Shamed banker David Drumm is living in a €1 million four-bed seafront mansion, The Star can reveal.
We witnessed Drumm (53) — who was convicted for his part in a €7.2 billion fraud, entering and leaving the property with a set of keys throughout on Monday — before confronting him and asking about the flashy new home.
“You’re disturbing me,” he replied, adding “Sure, you’re going to write what you’re going to write.”
He then got into a BMW after earlier being spotted sizing up one of the front windows of the home with measuring tape.
The four-bedroom pad features an impressive balcony which overlooks the sea, and is almost 200sq m in size.

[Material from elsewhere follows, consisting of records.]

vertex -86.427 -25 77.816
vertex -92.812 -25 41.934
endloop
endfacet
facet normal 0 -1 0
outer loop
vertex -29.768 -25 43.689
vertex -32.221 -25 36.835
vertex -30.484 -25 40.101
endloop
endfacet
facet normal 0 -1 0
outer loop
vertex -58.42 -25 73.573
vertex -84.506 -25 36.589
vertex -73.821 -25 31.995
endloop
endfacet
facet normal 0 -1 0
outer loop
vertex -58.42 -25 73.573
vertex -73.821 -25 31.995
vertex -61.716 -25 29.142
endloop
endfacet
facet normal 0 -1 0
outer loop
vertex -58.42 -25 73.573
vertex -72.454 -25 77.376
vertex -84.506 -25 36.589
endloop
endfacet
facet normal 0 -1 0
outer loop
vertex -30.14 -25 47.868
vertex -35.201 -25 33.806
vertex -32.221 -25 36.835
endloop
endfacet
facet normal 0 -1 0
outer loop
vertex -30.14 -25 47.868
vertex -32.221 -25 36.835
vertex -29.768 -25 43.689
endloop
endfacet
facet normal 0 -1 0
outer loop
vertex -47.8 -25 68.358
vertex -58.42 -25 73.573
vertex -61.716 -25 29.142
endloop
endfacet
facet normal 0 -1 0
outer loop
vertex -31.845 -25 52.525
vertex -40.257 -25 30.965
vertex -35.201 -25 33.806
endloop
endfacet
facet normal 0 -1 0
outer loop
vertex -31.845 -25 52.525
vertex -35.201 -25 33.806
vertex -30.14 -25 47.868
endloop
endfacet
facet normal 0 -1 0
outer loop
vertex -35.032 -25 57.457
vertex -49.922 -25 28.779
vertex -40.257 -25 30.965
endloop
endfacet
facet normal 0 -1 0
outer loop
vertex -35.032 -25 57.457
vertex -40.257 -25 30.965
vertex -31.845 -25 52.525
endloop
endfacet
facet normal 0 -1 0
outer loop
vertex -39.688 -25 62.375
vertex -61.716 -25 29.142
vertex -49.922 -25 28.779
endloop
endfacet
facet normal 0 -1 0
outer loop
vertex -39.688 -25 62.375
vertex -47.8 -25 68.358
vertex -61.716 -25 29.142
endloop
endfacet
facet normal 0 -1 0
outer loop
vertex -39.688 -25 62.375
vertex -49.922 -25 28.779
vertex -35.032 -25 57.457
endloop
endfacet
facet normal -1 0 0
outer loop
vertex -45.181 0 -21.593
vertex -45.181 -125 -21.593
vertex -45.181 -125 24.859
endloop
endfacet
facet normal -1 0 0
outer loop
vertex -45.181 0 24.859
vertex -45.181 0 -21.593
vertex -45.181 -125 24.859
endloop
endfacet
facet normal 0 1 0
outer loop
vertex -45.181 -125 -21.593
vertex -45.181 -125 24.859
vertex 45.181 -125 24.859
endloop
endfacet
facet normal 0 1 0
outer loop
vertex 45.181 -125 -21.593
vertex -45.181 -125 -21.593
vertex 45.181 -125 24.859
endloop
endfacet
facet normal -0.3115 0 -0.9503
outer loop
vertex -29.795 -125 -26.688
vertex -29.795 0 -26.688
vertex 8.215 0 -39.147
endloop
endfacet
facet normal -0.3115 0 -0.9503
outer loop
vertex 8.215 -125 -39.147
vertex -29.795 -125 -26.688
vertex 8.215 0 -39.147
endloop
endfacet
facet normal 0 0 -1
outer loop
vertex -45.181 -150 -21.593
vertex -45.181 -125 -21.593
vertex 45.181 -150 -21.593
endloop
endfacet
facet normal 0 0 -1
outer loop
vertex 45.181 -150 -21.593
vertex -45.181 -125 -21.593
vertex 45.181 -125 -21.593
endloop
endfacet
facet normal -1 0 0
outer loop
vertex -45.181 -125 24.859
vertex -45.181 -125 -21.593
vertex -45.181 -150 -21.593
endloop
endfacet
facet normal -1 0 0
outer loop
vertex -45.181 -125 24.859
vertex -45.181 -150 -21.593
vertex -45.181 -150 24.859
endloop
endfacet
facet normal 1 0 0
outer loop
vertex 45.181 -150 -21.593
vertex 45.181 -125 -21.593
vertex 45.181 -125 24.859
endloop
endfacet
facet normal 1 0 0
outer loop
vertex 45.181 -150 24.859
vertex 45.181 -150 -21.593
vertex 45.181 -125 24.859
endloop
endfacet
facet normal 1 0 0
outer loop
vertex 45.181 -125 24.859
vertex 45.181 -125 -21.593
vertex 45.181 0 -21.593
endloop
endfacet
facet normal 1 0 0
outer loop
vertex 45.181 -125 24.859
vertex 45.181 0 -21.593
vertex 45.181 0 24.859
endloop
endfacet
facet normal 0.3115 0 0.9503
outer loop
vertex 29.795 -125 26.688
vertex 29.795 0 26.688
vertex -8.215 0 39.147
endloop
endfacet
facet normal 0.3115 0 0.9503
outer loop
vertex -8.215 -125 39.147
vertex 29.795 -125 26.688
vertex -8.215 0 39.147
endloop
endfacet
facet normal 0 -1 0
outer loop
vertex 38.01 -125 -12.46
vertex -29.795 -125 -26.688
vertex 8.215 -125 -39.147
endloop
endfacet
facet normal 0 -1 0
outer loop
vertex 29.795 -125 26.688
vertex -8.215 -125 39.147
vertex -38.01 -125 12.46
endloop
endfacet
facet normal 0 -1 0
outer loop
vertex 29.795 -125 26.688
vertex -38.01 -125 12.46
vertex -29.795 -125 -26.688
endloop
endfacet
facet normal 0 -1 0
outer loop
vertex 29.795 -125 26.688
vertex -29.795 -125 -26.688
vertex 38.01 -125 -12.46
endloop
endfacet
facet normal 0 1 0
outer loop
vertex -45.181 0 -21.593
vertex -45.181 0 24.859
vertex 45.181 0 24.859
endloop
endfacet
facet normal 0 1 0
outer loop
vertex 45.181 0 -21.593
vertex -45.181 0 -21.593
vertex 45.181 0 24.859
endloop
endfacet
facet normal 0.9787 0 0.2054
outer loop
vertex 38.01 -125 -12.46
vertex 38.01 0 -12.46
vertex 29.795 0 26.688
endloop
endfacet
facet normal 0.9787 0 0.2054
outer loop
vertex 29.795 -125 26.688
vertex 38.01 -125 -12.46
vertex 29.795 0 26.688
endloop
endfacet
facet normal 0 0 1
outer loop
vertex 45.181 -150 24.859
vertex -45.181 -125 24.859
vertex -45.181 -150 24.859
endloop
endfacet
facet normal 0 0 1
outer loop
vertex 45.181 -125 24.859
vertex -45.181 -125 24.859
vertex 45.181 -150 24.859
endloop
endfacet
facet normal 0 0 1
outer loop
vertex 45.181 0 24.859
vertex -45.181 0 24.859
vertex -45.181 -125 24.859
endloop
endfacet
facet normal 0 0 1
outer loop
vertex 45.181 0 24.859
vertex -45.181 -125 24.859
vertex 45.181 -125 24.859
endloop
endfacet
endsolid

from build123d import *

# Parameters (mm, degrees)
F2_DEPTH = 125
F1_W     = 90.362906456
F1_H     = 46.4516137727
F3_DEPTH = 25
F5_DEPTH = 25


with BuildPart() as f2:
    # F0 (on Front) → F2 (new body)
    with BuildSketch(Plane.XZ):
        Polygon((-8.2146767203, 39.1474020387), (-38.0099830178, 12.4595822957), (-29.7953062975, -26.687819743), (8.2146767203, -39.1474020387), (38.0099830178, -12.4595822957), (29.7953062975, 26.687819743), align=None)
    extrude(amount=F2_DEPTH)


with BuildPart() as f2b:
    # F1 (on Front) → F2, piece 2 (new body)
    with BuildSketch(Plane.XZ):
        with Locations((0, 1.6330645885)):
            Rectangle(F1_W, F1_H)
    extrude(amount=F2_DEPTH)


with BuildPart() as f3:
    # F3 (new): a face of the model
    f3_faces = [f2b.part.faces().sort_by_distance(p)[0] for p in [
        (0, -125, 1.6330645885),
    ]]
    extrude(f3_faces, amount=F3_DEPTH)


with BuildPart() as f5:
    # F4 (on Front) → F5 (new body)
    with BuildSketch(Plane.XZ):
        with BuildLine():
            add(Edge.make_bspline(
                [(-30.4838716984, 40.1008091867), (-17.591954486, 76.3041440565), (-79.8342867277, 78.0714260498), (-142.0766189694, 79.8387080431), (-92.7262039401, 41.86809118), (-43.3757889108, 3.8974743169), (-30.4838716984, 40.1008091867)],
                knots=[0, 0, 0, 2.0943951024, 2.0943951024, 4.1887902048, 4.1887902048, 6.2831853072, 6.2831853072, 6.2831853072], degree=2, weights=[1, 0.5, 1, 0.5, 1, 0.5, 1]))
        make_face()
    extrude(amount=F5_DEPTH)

Drumm, who cooked the books of the failed Anglo Irish Bank in the months before it imploded in 2008, was released from prison in February of last year — after serving three years and four months of a six-year sentence.
The fraudster was released early from Loughan House open prison on February 15, 2021 under a community service return scheme.
Drumm, who was jailed here in 2018, was also given credit in his sentence for serving five and a half months in a US prison where he had previously fought his extradition.
The Irish authorities brought the former banker back to Ireland to face 33 charges including forgery, conspiracy to defraud and false accounting linked to Anglo transactions in late 2007 and 2008, when it was scrambling to avoid collapse.
He was eventually found guilty of two charges of false accounting and conspiracy to defraud.
In the 2018 sentencing, Judge Karen O’Connor said Drumm engaged in “grossly reprehensible behaviour” and his motivation to keep Anglo open, as his defence team argued during the 87-day trial, was “irrelevant” and “does not provide any excuse for fraud and dishonesty”.
In an eight-page ruling, the judge said Drumm, as chief executive of the bank, held “a position of trust, when he authorised, directed and was actively involved in this dishonest and fraudulent scheme”.
“This offending was premeditated and planned, and in fact the evidence was that significant planning went into this fraud,” she said in her ruling at the Dublin Circuit Criminal Court.
The judge stressed she was not sentencing Drumm for “causing the financial crisis” or “for the recession that occurred”. The offending did not cause the bank to collapse, she added.
The court was only sentencing Drumm on two offences: conspiracy to defraud and false accounting in relation to the €7.2 billion transactions.
“In this case, two ‘blue chip’ publicly quoted companies conspired to manipulate the public accounts of Anglo Irish Bank,” said Judge O’Connor.
“Mr Drumm, along with others, put together a dishonest scheme and engaged in transactions designed to inflate deposits from a non-banking entity to Anglo Irish Bank on 30th September, 2008, which was the reporting year-end date for that bank.”
Drumm spent the first months of his sentence in Mountjoy Prison — before he was moved to the open facility in Loughan House in January 2019.
Thanks to remission, Drumm is now a free man, though any bad behaviour could see the remainder of his sentence re-activated.
Drumm conspired with former Irish Life and Permanent chief Denis Casey in a deal to save the bank. Ex-senior Anglo staff Willie McAteer and John Bowe were also jailed for their roles.
Anglo was taken into State control in January 2009 following a run on its deposits and plummeting share prices.
Bailing out Anglo cost the taxpayer €30bn — and caused nationwide anger during an economic crisis.
Following his conviction, it emerged Drumm was able to keep his €4.4m pension fund — despite owing at least €13m to creditors.
A US court ruled he had ‘knowingly and fraudulently’ tried to hide assets from his creditors but that still won’t stop him from keeping his pension, which is protected under Irish law.
Drumm was forced to give up other assets his creditors claimed through the courts, including a mansion in Malahide, worth €2.5m, and a home in Cape Cod, Massachusetts, valued at €5m.
The properties were sold quickly and earned €1.5m and €3.3 respectively for his creditors.